— EXERCISE OBJECTIVE —
Print the first line of the data below and every one after it, through the line containing "#7=PRODUCT_DEFINITION_SHAPE('','',#6);", exactly as written.

######

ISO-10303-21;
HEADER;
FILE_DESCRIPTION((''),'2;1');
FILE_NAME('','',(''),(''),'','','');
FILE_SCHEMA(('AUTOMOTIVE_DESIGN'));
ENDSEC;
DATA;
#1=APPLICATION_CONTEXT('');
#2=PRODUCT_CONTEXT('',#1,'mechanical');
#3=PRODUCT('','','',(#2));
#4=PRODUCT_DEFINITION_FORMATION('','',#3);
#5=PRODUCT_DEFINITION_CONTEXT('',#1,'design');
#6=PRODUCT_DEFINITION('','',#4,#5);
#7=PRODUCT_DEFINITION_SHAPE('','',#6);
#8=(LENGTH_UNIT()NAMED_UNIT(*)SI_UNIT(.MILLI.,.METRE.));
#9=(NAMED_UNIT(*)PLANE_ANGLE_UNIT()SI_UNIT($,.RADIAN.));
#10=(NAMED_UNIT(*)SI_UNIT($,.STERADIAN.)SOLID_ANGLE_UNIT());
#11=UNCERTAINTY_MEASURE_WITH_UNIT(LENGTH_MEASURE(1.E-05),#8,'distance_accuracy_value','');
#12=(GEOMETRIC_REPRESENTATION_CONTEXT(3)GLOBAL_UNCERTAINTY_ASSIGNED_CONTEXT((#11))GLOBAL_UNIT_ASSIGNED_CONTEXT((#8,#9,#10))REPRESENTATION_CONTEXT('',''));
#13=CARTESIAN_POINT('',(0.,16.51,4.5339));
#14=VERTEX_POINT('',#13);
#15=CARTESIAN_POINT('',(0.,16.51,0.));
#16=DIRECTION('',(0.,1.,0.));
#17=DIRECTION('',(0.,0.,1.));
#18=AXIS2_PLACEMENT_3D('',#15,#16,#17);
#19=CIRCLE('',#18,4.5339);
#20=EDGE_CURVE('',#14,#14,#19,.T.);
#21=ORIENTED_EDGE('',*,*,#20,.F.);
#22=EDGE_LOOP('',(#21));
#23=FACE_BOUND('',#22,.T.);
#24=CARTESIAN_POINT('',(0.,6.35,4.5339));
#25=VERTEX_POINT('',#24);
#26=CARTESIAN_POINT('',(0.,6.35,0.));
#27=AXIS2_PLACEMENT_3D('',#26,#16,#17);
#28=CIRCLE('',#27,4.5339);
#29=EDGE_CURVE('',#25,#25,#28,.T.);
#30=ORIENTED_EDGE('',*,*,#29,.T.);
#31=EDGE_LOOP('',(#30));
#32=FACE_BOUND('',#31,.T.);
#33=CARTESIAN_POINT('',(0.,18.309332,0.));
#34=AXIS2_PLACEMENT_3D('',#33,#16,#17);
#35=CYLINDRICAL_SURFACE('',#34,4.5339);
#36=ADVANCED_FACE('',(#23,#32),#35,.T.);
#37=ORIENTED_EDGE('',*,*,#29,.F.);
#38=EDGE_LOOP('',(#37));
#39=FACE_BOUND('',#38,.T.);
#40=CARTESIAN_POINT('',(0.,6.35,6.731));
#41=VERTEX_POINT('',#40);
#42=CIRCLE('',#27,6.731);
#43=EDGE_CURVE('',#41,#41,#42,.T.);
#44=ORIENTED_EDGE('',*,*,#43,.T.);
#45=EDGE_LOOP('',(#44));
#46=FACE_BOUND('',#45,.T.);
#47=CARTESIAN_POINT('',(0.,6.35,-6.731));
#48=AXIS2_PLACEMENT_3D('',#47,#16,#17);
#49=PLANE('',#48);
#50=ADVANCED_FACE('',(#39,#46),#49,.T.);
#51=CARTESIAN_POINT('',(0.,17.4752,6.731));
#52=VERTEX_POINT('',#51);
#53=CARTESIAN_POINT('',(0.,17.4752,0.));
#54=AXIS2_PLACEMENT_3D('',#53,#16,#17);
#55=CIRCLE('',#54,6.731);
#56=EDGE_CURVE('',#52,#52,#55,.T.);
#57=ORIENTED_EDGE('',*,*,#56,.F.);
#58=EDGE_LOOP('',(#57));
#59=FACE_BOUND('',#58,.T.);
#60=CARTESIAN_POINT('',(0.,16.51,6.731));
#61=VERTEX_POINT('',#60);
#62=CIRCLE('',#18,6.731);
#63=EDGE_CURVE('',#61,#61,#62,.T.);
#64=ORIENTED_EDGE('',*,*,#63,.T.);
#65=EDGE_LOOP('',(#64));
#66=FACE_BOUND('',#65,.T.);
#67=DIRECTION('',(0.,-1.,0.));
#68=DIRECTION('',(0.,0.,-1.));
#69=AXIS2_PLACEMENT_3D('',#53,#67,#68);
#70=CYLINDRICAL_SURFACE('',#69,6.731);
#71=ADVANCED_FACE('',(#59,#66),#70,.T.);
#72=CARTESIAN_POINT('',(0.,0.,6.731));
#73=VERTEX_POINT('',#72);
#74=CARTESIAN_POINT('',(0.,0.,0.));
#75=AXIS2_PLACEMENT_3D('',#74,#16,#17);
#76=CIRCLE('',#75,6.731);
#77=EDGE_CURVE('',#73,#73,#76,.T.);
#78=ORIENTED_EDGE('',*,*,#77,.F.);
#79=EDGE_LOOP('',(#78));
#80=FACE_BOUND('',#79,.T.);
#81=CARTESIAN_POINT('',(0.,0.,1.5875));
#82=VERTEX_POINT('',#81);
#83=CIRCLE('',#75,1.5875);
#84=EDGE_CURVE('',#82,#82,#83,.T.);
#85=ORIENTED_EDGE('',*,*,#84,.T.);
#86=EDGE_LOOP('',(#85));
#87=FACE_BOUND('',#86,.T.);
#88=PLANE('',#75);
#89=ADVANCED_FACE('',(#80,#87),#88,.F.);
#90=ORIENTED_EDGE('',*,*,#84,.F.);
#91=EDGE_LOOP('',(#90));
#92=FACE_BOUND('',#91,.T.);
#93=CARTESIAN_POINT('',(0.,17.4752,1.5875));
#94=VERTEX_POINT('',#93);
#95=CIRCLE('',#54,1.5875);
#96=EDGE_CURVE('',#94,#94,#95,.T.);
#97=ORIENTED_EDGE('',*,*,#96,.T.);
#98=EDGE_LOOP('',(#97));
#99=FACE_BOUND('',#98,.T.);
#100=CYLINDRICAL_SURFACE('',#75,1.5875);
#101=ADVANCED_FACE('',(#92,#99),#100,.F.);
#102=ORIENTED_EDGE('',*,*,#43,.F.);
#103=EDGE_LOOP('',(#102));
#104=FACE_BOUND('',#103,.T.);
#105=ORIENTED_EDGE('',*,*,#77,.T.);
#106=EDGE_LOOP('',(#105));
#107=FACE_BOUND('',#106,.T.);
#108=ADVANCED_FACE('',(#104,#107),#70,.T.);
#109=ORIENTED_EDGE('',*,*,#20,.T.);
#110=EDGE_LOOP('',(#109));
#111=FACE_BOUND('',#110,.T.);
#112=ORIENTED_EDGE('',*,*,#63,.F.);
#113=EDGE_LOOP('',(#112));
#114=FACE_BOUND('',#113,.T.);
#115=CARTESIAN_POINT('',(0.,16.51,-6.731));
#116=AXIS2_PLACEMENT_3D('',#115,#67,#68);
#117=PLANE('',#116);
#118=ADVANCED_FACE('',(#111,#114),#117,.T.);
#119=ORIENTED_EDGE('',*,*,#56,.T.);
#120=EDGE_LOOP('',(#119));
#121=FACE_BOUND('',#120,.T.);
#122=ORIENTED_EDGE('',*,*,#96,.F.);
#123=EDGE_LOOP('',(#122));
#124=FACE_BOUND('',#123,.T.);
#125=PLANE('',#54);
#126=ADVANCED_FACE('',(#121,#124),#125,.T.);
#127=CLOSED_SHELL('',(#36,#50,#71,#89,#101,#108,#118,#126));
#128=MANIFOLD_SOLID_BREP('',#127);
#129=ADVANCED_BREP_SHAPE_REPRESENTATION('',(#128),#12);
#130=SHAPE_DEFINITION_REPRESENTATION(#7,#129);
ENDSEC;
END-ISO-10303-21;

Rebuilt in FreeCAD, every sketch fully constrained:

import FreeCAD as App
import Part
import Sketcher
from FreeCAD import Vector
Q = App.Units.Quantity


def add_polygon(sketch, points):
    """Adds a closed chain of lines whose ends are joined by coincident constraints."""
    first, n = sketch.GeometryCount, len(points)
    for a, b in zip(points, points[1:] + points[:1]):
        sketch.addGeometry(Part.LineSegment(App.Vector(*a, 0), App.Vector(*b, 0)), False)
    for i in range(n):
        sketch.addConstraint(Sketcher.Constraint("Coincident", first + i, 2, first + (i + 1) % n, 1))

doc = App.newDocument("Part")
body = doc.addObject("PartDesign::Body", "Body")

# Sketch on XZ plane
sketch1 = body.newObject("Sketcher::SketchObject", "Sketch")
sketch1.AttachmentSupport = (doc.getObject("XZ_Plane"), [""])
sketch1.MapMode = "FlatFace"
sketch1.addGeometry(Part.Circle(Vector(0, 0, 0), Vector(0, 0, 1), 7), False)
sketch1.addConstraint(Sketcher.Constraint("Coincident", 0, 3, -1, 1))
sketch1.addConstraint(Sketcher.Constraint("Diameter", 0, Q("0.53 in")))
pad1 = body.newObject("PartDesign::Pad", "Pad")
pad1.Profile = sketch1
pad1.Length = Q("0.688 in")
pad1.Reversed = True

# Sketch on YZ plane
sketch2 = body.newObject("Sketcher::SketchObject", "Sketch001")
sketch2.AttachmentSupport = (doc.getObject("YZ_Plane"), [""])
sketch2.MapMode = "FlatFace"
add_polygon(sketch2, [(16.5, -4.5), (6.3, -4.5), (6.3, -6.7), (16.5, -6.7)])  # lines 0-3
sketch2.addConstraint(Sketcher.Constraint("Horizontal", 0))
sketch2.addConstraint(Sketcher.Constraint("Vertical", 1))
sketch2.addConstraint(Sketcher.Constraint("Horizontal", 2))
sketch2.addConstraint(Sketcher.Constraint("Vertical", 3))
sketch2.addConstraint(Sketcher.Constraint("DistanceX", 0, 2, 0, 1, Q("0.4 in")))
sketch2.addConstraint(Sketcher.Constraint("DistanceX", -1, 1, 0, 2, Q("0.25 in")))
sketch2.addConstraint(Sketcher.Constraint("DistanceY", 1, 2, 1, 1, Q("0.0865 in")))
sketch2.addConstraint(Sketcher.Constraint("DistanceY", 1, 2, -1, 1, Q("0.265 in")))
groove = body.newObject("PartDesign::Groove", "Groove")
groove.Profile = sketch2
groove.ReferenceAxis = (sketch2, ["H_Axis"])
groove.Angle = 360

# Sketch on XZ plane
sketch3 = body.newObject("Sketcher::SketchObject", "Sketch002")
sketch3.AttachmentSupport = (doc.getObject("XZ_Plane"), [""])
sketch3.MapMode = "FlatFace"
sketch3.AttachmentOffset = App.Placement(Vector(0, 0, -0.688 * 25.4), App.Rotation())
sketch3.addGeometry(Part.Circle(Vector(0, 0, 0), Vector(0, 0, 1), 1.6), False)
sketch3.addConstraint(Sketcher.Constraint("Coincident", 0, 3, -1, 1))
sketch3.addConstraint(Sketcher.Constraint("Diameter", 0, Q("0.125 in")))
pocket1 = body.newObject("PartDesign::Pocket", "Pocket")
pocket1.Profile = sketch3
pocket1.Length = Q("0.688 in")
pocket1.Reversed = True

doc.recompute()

######

— OUTPUT FOR THIS EXERCISE —
ISO-10303-21;
HEADER;
FILE_DESCRIPTION((''),'2;1');
FILE_NAME('','',(''),(''),'','','');
FILE_SCHEMA(('AUTOMOTIVE_DESIGN'));
ENDSEC;
DATA;
#1=APPLICATION_CONTEXT('');
#2=PRODUCT_CONTEXT('',#1,'mechanical');
#3=PRODUCT('','','',(#2));
#4=PRODUCT_DEFINITION_FORMATION('','',#3);
#5=PRODUCT_DEFINITION_CONTEXT('',#1,'design');
#6=PRODUCT_DEFINITION('','',#4,#5);
#7=PRODUCT_DEFINITION_SHAPE('','',#6);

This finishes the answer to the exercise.